Limited data on infectious disease distribution exposes ambiguity in epidemic modeling choices (2401.15190v1)

Abstract: Traditional disease transmission models assume that the infectious period is exponentially distributed with a recovery rate fixed in time and across individuals. This assumption provides analytical and computational advantages, however it is often unrealistic. Efforts in modeling non-exponentially distributed infectious periods are either limited to special cases or lead to unsolvable models. Also, the link between empirical data (infectious period distribution) and the modeling needs (corresponding recovery rates) lacks a clear understanding. Here we introduce a mapping of an arbitrary distribution of infectious periods into a distribution of recovery rates. We show that the same infectious period distribution at the population level can be reproduced by two modeling schemes -- host-based and population-based -- depending on the individual response to the infection, and aggregated empirical data cannot easily discriminate the correct scheme. Besides being conceptually different, the two schemes also lead to different epidemic trajectories. Although sharing the same behavior close to the disease-free equilibrium, the host-based scheme deviates from the expected epidemic when reaching the endemic equilibrium of an SIS transmission model, while the population-based scheme turns out to be equivalent to assuming a homogeneous recovery rate.

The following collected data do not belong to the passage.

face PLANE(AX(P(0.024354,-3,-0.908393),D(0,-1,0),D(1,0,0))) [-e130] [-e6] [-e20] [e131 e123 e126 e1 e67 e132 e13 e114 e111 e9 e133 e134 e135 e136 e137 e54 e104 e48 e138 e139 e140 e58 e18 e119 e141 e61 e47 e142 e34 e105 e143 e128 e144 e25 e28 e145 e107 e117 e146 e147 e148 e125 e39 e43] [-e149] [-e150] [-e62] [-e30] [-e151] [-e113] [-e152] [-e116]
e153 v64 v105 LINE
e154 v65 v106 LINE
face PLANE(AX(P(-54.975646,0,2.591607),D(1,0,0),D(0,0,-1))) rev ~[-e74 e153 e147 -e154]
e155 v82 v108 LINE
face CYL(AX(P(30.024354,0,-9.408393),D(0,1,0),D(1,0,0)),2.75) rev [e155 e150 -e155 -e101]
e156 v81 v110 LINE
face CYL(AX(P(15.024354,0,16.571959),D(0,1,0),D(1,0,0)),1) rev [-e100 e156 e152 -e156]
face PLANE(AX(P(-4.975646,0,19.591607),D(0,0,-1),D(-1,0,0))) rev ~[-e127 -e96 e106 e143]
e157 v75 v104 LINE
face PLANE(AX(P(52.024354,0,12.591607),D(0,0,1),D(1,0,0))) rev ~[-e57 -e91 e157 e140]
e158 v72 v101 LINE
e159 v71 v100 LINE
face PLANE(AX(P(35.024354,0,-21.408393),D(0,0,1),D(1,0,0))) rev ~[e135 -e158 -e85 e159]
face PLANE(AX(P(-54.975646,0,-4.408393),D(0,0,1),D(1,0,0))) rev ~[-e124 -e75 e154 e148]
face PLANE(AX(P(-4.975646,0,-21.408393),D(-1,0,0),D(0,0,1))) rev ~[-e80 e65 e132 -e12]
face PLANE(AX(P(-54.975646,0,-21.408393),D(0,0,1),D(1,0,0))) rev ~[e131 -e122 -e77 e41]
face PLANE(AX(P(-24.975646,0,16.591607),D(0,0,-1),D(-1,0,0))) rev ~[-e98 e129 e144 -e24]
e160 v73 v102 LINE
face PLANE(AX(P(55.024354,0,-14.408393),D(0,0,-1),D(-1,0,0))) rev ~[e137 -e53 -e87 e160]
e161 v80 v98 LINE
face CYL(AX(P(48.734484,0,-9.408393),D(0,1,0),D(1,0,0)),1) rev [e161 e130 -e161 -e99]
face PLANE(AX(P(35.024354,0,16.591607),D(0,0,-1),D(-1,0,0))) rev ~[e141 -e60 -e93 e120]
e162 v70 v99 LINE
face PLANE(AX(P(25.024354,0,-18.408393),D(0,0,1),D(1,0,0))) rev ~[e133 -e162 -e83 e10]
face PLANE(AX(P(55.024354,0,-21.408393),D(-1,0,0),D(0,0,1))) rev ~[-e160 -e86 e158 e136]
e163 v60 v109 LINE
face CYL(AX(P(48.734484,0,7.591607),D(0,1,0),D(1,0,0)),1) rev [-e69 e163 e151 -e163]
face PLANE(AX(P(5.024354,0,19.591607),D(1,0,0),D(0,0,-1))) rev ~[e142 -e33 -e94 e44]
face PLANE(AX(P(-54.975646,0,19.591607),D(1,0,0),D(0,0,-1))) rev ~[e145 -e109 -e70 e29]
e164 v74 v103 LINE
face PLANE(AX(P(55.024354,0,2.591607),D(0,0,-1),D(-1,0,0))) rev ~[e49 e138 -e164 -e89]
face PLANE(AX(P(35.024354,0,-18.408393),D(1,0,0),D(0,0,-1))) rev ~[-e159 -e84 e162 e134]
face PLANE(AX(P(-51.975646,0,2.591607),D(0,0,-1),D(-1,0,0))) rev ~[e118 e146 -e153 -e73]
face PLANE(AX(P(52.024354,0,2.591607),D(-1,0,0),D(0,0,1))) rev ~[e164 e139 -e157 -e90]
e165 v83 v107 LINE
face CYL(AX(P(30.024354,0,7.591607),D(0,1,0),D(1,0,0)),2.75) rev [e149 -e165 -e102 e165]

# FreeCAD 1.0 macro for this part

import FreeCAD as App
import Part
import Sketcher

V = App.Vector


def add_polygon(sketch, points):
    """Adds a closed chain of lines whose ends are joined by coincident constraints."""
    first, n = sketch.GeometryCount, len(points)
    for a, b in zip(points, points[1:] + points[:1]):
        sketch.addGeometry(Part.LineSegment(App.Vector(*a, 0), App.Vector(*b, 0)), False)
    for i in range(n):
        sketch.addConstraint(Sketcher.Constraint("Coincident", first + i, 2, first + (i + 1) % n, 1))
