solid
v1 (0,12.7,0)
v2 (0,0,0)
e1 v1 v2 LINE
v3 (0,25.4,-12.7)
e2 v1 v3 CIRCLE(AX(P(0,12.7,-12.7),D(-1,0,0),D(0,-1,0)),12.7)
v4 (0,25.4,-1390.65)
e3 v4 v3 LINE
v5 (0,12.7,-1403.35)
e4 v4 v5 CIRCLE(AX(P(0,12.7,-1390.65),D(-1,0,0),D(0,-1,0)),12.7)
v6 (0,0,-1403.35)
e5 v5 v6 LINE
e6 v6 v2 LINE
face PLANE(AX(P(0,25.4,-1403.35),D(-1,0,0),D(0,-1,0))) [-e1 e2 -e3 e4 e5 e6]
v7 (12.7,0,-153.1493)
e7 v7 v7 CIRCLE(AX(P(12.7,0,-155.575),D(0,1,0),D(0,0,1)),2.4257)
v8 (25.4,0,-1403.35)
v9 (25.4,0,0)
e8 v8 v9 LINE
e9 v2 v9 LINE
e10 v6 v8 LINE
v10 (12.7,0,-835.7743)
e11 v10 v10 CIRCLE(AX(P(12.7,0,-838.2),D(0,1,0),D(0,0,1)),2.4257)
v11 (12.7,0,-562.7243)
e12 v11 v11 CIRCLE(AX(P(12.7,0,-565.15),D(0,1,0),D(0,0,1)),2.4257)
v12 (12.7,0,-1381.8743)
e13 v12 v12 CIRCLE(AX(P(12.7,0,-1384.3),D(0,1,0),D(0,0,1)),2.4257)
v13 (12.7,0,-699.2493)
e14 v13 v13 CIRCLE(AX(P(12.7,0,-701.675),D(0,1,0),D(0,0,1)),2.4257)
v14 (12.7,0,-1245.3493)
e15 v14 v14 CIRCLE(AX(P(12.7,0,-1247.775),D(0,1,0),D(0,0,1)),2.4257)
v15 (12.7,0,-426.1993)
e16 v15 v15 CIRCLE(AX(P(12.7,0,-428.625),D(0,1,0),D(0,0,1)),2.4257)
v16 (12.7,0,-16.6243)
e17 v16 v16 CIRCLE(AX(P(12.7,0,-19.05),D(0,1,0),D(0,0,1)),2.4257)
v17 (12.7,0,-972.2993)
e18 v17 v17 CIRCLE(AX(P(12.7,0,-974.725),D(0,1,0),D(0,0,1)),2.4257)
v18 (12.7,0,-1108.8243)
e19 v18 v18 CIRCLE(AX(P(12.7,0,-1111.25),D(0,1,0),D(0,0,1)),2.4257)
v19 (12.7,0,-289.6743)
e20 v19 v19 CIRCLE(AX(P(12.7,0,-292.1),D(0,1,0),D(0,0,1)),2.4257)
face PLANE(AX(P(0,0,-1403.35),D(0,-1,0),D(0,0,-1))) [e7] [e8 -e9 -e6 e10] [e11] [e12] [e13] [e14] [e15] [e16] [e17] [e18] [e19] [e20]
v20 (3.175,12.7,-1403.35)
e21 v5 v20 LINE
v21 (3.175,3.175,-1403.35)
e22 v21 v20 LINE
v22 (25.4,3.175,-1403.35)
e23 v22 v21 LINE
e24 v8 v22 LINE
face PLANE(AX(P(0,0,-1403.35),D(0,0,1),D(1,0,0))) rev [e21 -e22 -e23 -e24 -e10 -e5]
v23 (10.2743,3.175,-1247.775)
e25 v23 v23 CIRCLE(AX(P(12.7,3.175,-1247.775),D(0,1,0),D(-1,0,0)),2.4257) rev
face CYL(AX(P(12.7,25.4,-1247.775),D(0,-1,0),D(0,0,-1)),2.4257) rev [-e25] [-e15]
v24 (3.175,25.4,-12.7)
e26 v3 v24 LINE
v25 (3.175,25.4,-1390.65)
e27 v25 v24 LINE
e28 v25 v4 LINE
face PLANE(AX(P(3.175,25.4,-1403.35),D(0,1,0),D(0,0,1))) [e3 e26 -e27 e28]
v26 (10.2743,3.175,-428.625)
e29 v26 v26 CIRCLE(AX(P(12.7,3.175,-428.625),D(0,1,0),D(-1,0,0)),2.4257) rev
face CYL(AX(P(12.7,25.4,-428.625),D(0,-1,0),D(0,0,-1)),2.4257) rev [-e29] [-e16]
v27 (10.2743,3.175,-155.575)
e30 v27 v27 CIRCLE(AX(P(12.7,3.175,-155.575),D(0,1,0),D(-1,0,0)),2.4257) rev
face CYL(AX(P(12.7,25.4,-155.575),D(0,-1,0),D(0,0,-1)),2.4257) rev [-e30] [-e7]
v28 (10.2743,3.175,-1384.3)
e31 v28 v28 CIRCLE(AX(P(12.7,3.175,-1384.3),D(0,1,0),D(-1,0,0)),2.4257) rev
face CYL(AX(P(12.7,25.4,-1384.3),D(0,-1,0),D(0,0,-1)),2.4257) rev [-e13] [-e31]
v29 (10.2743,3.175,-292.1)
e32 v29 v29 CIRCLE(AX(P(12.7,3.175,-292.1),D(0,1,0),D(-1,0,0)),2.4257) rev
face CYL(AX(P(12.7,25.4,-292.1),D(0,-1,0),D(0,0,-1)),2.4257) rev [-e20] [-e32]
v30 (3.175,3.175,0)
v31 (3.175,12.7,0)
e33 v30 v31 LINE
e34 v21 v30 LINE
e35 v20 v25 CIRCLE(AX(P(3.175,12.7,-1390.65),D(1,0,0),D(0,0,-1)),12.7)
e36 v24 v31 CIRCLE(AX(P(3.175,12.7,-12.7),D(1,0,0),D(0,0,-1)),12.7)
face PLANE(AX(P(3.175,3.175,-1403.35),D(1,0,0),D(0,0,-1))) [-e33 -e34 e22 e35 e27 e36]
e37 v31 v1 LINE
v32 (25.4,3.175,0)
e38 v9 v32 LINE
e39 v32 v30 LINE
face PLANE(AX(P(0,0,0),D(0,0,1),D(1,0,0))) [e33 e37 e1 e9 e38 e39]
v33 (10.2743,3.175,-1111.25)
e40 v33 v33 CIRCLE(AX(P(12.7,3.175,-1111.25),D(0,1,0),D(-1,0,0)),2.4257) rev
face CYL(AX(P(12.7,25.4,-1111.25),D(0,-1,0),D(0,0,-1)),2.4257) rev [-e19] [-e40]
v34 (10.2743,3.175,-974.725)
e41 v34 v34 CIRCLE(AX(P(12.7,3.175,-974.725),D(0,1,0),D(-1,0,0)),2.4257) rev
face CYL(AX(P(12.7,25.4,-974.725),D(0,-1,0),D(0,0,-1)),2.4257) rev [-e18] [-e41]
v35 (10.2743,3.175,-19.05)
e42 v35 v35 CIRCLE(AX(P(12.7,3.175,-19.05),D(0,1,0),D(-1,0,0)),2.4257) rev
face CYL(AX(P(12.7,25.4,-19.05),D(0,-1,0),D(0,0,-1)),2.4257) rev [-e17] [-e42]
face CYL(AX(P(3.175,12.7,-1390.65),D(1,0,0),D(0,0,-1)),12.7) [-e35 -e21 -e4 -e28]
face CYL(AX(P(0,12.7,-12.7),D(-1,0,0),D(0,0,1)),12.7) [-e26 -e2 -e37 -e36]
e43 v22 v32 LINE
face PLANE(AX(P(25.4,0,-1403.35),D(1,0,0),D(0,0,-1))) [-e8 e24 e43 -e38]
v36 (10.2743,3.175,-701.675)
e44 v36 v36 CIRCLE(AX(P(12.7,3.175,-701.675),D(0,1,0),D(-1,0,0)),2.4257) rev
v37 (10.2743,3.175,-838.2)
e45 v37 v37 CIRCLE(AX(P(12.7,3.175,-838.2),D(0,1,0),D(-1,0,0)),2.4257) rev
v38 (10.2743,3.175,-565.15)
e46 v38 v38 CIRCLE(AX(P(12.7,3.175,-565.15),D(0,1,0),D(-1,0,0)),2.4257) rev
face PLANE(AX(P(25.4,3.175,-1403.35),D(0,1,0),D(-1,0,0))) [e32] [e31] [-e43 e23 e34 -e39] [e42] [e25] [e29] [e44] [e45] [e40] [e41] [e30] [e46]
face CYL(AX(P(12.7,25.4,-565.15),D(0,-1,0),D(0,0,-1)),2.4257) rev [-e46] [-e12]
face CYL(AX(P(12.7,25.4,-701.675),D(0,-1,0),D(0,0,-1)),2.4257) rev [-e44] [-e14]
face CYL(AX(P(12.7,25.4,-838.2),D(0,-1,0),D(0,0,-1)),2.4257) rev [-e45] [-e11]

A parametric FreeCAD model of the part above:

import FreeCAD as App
import Part
import Sketcher

V = App.Vector
Q = App.Units.Quantity


def edges_at(feature, points):
    """Names of the edges that pass closest to the given points."""
    edges = feature.Shape.Edges
    near = lambda p: min(range(len(edges)), key=lambda i: edges[i].distToShape(Part.Vertex(*p))[0])
    return sorted({f"Edge{near(p) + 1}" for p in points})


def add_polygon(sketch, points):
    """Adds a closed chain of lines whose ends are joined by coincident constraints."""
    first, n = sketch.GeometryCount, len(points)
    for a, b in zip(points, points[1:] + points[:1]):
        sketch.addGeometry(Part.LineSegment(App.Vector(*a, 0), App.Vector(*b, 0)), False)
    for i in range(n):
        sketch.addConstraint(Sketcher.Constraint("Coincident", first + i, 2, first + (i + 1) % n, 1))

doc = App.newDocument("Part")
body = doc.addObject("PartDesign::Body", "Body")

# Sketch on XY plane
sketch1 = body.newObject("Sketcher::SketchObject", "Sketch")
sketch1.AttachmentSupport = (doc.getObject("XY_Plane"), [""])
sketch1.MapMode = "FlatFace"
add_polygon(sketch1, [(0, 0), (25.4, 0), (25.4, 3.175), (3.175, 3.175), (3.175, 25.4), (0, 25.4)])  # lines 0-5
sketch1.addConstraint([
    Sketcher.Constraint("Horizontal", 0),
    Sketcher.Constraint("Vertical", 1),
    Sketcher.Constraint("Horizontal", 2),
    Sketcher.Constraint("Vertical", 3),
    Sketcher.Constraint("Horizontal", 4),
    Sketcher.Constraint("Vertical", 5),
    Sketcher.Constraint("Coincident", 5, 2, -1, 1),
    Sketcher.Constraint("Equal", 4, 1),
    Sketcher.Constraint("Equal", 2, 3),
    Sketcher.Constraint("DistanceX", 0, 1, 0, 2, Q("1 in")),
    Sketcher.Constraint("DistanceX", 2, 2, 2, 1, Q("0.875 in")),
])
pad1 = body.newObject("PartDesign::Pad", "Pad")
pad1.Profile = sketch1
pad1.Length = Q("55.25 in")
pad1.Reversed = True

# Sketch on XZ plane
sketch2 = body.newObject("Sketcher::SketchObject", "Sketch001")
sketch2.AttachmentSupport = (doc.getObject("XZ_Plane"), [""])
sketch2.MapMode = "FlatFace"
sketch2.addGeometry(Part.Circle(V(12.7, -19.05, 0), V(0, 0, 1), 2.4257), False)
sketch2.addConstraint([
    Sketcher.Constraint("Diameter", 0, Q("0.191 in")),
    Sketcher.Constraint("DistanceX", -1, 1, 0, 3, Q("0.5 in")),
    Sketcher.Constraint("DistanceY", 0, 3, -1, 1, Q("0.75 in")),
])
pocket1 = body.newObject("PartDesign::Pocket", "Pocket")
pocket1.Profile = sketch2
pocket1.Type = "ThroughAll"
doc.recompute()

linearpattern = body.newObject("PartDesign::LinearPattern", "LinearPattern")
linearpattern.Originals = [pocket1]
linearpattern.Direction = (doc.getObject("Z_Axis"), [""])
linearpattern.Mode = "offset"
linearpattern.Offset = Q("5.375 in")
linearpattern.Occurrences = 11
linearpattern.Reversed = True
body.Tip = linearpattern
doc.recompute()

fillet = body.newObject("PartDesign::Fillet", "Fillet")
fillet.Base = (linearpattern, edges_at(linearpattern, [(1.587, 25.4, -1403.35), (1.587, 25.4, 0)]))
fillet.Radius = Q("0.5 in")

doc.recompute()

We show this through analytical computations and stochastic epidemic simulations on a contact network, using both generative network models and empirical contact data. It is therefore possible to reproduce heterogeneous infectious periods in network-based transmission models, however the resulting prevalence is sensitive to the modeling choice for the interpretation of the empirically collected data on infection duration. In absence of higher resolution data, studies should acknowledge such deviations in the epidemic predictions.